A movement towards growth would be beneficial for emerging markets, as they tend to leverage off the growth of more advanced economies. With respect to inflation, he says emerging-market central banks were already raising their base rates last year because they don’t have the credibility enjoyed by the likes of the Fed or the Bank of Canada. That means emerging economies will probably see base effects kick in and inflation rates start to fall soon.

Also notable, Lue-Fong says, is the surprising strength of the U.S. dollar last year. As EM central banks raised their base rates to cope with strong inflation in their respective economies, EM local-rate debt got sold off. Because a strong greenback tends to be a headwind against EM currencies, that created an additional layer of weakness.

“You basically had two engines that were in a way taking you down,” he says. “You had weak FX return, and you had weak returns on local-rate bonds.”

It’s only the early weeks of 2022, but Lue-Fong says so far EM local-rate debt and the FX have sustained remarkably little damage; at the time of the interview with WP, local-rate debt from EM countries was outperforming both EM sovereign debt and EM corporate debt in dollars. The message he’s getting is that EM local debt has generally already repriced from where it was in 2021, when it dipped by a painful 8.75%.

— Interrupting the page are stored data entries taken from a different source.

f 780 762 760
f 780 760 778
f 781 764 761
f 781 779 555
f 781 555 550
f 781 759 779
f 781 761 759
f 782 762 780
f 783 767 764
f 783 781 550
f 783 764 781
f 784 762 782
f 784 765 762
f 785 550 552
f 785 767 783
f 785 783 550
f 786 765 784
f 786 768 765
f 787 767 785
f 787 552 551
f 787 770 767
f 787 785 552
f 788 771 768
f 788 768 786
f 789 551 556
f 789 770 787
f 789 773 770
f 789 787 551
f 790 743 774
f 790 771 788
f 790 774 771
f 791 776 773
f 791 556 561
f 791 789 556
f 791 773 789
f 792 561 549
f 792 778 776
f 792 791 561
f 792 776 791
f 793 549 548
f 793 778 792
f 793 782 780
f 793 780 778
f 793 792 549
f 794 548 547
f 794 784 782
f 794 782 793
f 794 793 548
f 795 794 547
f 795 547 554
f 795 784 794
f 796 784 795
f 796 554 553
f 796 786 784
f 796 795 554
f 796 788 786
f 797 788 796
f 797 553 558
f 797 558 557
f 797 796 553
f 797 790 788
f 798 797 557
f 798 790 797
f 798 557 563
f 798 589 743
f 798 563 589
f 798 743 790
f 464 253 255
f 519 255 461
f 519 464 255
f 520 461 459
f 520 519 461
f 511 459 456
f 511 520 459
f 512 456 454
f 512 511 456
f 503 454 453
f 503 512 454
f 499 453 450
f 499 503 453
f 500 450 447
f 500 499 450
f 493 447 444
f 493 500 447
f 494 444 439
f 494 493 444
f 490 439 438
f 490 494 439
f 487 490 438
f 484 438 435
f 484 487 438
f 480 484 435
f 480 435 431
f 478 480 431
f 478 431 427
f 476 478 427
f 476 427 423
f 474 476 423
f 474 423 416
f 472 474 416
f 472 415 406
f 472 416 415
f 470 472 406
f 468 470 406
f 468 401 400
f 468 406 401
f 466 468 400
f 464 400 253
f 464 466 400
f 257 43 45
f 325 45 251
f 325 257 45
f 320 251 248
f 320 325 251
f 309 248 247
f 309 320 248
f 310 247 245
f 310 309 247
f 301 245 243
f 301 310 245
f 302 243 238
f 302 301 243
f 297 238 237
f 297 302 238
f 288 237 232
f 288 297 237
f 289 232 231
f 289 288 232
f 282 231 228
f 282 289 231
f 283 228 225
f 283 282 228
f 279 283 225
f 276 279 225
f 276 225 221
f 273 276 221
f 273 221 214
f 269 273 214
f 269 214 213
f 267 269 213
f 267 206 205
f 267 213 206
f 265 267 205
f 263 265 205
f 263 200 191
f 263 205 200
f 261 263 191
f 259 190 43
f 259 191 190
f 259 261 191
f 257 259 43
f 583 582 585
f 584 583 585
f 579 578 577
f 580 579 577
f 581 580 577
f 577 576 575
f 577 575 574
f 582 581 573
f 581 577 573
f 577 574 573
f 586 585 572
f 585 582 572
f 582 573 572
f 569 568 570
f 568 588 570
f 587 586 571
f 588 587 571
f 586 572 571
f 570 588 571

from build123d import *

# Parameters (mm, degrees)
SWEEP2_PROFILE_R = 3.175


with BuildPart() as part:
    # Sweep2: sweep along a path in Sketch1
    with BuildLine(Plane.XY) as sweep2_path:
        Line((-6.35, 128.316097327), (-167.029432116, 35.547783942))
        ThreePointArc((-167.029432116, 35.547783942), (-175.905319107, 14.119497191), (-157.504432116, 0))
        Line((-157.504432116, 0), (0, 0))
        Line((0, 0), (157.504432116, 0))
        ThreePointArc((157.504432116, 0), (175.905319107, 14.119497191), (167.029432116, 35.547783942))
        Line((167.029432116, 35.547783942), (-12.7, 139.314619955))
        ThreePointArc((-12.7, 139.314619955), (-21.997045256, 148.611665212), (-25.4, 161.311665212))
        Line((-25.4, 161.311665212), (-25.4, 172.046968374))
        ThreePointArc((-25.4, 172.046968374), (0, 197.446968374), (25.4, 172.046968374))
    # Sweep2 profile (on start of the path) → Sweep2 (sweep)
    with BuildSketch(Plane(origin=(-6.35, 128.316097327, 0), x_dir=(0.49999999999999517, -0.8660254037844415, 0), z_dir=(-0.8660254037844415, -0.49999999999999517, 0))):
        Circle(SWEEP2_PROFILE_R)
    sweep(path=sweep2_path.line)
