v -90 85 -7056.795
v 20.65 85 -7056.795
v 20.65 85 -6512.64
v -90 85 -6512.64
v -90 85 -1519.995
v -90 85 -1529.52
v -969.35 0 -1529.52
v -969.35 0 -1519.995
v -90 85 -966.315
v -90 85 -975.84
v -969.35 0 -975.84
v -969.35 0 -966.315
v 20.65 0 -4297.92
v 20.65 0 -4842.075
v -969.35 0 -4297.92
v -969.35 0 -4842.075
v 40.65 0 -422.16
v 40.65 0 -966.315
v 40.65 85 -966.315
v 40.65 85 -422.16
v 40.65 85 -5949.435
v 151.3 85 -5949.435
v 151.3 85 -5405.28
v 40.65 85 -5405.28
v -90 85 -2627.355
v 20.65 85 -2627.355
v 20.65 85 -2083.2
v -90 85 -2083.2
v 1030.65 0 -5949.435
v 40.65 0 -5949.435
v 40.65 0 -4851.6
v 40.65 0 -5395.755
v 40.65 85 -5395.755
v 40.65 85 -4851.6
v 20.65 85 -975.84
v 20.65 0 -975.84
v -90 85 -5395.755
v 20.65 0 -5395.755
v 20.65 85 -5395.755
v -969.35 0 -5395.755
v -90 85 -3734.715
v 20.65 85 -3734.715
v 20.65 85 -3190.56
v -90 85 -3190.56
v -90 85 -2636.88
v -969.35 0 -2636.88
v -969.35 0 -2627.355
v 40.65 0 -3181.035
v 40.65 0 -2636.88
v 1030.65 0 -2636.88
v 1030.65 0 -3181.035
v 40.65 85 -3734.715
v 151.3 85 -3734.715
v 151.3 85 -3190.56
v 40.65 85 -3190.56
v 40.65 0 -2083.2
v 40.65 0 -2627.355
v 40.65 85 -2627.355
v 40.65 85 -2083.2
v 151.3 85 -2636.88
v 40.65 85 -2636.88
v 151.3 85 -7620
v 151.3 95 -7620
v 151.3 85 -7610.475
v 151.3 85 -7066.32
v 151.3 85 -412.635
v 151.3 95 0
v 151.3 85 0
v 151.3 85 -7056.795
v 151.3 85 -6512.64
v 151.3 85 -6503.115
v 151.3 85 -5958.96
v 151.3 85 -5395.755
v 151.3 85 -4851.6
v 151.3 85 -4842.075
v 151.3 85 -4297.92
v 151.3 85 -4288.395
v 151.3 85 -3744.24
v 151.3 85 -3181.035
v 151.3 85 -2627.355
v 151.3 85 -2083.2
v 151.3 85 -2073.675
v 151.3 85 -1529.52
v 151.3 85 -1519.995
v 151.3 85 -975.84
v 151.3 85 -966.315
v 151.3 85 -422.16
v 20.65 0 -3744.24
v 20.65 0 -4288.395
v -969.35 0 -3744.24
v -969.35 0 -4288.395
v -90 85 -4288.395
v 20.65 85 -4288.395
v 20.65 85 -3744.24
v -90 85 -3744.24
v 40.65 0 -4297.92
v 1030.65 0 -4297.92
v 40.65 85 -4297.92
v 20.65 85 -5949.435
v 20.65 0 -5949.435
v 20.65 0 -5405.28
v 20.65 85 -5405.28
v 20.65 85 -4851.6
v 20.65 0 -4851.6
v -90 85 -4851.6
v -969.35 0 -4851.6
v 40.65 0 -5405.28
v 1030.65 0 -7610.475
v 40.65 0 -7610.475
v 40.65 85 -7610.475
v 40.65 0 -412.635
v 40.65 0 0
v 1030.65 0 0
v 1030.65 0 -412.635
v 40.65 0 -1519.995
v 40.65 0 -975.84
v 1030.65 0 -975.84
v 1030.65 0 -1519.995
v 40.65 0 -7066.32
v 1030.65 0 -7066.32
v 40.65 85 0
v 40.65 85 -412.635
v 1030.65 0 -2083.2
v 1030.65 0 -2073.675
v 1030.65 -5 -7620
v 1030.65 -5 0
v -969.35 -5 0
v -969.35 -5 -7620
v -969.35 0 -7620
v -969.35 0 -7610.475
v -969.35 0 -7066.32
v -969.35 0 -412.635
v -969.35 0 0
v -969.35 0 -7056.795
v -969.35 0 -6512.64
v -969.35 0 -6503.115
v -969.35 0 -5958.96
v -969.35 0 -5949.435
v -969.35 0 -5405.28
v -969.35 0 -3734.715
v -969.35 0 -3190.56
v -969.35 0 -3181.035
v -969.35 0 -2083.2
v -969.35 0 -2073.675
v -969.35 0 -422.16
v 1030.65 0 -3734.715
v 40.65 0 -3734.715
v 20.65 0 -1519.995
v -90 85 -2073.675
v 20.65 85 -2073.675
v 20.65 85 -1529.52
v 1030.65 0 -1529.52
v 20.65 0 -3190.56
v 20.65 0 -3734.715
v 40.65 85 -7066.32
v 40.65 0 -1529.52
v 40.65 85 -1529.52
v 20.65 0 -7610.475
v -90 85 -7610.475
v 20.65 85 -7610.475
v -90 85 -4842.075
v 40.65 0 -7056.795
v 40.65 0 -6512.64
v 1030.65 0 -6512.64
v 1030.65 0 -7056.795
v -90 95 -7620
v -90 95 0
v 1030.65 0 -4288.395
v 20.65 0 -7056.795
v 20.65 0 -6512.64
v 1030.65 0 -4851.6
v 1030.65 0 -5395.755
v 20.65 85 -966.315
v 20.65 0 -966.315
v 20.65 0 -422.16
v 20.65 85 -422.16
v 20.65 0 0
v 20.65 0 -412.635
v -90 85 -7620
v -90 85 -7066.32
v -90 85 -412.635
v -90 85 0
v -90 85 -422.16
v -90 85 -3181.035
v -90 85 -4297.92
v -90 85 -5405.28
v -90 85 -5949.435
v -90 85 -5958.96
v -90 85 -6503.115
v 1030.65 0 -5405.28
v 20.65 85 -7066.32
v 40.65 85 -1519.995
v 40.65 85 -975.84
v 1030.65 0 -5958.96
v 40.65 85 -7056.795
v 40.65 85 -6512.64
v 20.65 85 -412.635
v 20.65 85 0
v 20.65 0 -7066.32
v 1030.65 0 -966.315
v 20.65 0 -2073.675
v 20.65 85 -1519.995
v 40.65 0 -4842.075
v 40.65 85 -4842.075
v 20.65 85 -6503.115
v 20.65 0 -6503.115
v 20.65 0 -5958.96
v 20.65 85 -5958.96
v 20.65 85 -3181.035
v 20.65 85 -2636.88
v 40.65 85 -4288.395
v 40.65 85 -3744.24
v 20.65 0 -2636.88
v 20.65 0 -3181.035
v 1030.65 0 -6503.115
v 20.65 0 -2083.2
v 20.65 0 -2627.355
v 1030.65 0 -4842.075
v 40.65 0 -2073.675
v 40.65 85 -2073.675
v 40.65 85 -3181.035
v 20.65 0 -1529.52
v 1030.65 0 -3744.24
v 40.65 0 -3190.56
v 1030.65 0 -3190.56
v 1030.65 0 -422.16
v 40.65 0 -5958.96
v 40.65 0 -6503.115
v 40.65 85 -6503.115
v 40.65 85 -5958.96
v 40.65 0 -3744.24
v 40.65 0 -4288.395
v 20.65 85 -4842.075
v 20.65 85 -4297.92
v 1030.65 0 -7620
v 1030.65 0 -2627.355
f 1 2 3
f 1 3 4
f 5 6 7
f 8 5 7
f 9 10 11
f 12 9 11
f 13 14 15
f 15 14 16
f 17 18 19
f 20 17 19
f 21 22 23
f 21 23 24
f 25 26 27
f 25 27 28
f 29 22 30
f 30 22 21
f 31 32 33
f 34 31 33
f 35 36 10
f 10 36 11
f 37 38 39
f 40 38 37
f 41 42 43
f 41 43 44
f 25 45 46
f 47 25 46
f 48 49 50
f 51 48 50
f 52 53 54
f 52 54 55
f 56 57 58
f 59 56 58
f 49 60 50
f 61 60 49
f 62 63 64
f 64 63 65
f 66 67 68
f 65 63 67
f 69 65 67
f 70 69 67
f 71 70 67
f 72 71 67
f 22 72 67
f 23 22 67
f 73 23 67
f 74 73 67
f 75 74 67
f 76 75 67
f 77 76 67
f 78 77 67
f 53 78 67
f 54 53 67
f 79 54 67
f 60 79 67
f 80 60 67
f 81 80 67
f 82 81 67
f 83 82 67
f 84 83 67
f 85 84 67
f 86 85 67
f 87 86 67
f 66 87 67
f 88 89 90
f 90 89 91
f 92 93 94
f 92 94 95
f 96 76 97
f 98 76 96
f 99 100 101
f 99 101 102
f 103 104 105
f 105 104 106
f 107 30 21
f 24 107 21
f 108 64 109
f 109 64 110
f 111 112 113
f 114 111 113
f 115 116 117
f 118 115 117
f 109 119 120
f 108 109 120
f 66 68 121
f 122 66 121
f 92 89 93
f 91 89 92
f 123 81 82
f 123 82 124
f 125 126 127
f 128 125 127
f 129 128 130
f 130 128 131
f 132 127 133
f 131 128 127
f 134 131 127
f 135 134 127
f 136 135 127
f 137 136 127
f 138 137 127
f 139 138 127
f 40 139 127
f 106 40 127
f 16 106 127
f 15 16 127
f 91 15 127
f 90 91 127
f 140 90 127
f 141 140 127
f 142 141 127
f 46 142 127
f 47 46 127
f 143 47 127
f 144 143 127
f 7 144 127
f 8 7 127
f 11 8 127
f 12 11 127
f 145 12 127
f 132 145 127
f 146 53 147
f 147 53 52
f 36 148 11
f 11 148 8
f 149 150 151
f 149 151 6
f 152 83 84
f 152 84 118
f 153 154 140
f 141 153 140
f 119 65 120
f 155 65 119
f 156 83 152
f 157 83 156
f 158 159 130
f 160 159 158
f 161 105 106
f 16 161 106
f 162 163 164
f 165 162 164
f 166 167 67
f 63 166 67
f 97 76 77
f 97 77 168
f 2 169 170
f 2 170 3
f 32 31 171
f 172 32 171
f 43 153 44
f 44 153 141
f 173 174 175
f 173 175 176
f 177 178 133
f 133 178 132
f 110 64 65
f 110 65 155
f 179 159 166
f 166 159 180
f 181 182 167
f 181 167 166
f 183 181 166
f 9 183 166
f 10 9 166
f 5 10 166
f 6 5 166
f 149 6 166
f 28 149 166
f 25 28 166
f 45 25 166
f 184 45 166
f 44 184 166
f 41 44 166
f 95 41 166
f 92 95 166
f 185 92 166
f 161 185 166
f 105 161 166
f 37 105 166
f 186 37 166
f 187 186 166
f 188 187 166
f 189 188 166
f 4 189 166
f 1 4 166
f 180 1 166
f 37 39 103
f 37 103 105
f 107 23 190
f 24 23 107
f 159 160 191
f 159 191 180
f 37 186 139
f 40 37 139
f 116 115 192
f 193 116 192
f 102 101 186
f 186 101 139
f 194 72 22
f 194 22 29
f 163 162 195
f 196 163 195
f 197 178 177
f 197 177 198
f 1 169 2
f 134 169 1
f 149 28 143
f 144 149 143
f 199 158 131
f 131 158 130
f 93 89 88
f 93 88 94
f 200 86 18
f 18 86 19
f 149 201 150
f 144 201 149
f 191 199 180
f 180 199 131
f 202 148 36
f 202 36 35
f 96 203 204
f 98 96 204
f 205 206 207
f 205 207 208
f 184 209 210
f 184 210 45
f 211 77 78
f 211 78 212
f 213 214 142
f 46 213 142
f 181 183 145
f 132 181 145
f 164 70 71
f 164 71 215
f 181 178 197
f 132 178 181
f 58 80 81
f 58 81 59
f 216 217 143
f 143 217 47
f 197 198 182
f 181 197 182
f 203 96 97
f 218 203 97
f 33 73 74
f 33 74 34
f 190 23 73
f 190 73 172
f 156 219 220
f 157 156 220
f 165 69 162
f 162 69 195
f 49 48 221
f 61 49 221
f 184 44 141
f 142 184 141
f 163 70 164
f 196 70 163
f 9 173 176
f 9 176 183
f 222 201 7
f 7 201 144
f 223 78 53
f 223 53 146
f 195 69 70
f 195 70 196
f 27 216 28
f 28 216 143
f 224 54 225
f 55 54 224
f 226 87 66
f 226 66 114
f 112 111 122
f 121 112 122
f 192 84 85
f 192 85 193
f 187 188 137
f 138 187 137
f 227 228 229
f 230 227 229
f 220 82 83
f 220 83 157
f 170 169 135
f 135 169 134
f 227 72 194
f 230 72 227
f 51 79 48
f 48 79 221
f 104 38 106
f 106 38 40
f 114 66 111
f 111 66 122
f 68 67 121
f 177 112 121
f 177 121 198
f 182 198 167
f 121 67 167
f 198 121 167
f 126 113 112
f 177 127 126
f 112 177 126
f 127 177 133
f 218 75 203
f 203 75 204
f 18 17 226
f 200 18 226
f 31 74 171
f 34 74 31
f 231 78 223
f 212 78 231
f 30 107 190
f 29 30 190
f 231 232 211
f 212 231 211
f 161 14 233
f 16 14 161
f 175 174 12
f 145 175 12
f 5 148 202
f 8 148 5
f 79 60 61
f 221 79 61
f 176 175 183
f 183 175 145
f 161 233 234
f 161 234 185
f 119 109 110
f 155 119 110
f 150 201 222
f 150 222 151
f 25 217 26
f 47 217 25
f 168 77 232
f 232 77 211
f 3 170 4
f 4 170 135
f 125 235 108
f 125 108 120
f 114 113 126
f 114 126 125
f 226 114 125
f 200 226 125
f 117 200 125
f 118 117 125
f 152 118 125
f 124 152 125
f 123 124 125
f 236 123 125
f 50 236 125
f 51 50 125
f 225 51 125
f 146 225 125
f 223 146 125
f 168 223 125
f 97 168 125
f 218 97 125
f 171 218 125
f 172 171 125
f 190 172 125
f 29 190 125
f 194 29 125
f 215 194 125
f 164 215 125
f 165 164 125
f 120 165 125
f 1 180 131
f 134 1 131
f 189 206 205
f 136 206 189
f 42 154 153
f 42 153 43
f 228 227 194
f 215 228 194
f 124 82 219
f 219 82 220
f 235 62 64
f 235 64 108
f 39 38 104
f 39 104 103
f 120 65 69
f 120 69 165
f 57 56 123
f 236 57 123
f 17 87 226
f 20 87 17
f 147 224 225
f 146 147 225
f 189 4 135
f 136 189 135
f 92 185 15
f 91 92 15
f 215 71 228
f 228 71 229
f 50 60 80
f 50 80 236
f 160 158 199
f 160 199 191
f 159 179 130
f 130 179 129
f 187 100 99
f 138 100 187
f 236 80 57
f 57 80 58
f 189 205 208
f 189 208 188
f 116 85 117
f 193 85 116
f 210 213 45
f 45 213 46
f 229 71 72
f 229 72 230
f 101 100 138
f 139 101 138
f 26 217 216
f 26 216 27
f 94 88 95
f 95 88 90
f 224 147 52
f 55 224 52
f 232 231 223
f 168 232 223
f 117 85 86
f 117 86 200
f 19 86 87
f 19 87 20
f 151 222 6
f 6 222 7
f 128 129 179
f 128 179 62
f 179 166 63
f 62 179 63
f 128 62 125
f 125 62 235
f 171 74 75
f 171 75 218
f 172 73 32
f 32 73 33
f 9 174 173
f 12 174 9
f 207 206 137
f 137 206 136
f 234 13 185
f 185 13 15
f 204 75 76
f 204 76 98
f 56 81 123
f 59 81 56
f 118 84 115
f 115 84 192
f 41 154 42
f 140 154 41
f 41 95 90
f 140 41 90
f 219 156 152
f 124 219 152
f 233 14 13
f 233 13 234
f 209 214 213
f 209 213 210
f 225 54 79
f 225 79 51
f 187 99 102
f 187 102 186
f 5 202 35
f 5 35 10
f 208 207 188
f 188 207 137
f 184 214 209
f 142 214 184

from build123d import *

# Parameters (mm, degrees)
BOSS_EXTRUDE1_DEPTH   = 7620
SKETCH7_W             = 110.65
SKETCH7_H             = 85
CUT_EXTRUDE3_DEPTH    = 7690.971678914
BOSS_EXTRUDE3_DEPTH   = 9.525
LPATTERN2_COUNT       = 14
LPATTERN2_PITCH       = 553.68
MIRROR2_COPY_1_DEPTH  = 9.525
MIRROR2_COPY_2_DEPTH  = 9.525
MIRROR2_COPY_3_DEPTH  = 9.525
MIRROR2_COPY_4_DEPTH  = 9.525
MIRROR2_COPY_5_DEPTH  = 9.525
MIRROR2_COPY_6_DEPTH  = 9.525
MIRROR2_COPY_7_DEPTH  = 9.525
MIRROR2_COPY_8_DEPTH  = 9.525
MIRROR2_COPY_9_DEPTH  = 9.525
MIRROR2_COPY_10_DEPTH = 9.525
MIRROR2_COPY_11_DEPTH = 9.525
MIRROR2_COPY_12_DEPTH = 9.525
MIRROR2_COPY_13_DEPTH = 9.525


with BuildPart() as part:
    # Sketch1 → Boss-Extrude1 (new body)
    with BuildSketch(Plane.XY):
        Polygon((-90, 95), (151.3, 95), (151.3, 0), (1030.65, 0), (1030.65, -5), (-969.35, -5), (-969.35, 0), (-90, 0), align=None)
    extrude(amount=-BOSS_EXTRUDE1_DEPTH)

    # Sketch7 → Cut-Extrude3 (cut, through all)
    with BuildSketch(Plane(origin=(0, 0, -7620), x_dir=(-1, 0, 0), z_dir=(0, 0, -1))):
        with Locations((-95.975, 42.5)):
            Rectangle(SKETCH7_W, SKETCH7_H)
        with Locations((34.675, 42.5)):
            Rectangle(SKETCH7_W, SKETCH7_H)
    extrude(amount=-CUT_EXTRUDE3_DEPTH, mode=Mode.SUBTRACT)

    # Sketch8 → Boss-Extrude3 (add)
    with BuildSketch(Plane(origin=(0, 0, -7620), x_dir=(-1, 0, 0), z_dir=(0, 0, -1))):
        Polygon((-40.65, 0), (-40.65, 85), (-151.3, 85), (-1030.65, 0), align=None)
    boss_extrude3 = extrude(amount=-BOSS_EXTRUDE3_DEPTH)

    # LPattern2: Boss-Extrude3 ×14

He says EM dollar debt, both on the corporate and the sovereign side, have been hurt by their relatively high sensitivity to Treasurys. As Treasury yields moved higher, that took some of the shine away from the spread offered by EM dollar-debt. But because a lot of the negativity has been priced in, Lue-Fong believes that negative impact will start to fall off.

“We think that as the market starts to calm down, you'll start to see spreads outperform,” he said. “They'll tighten, and therefore you will get capital gains through the spread market.”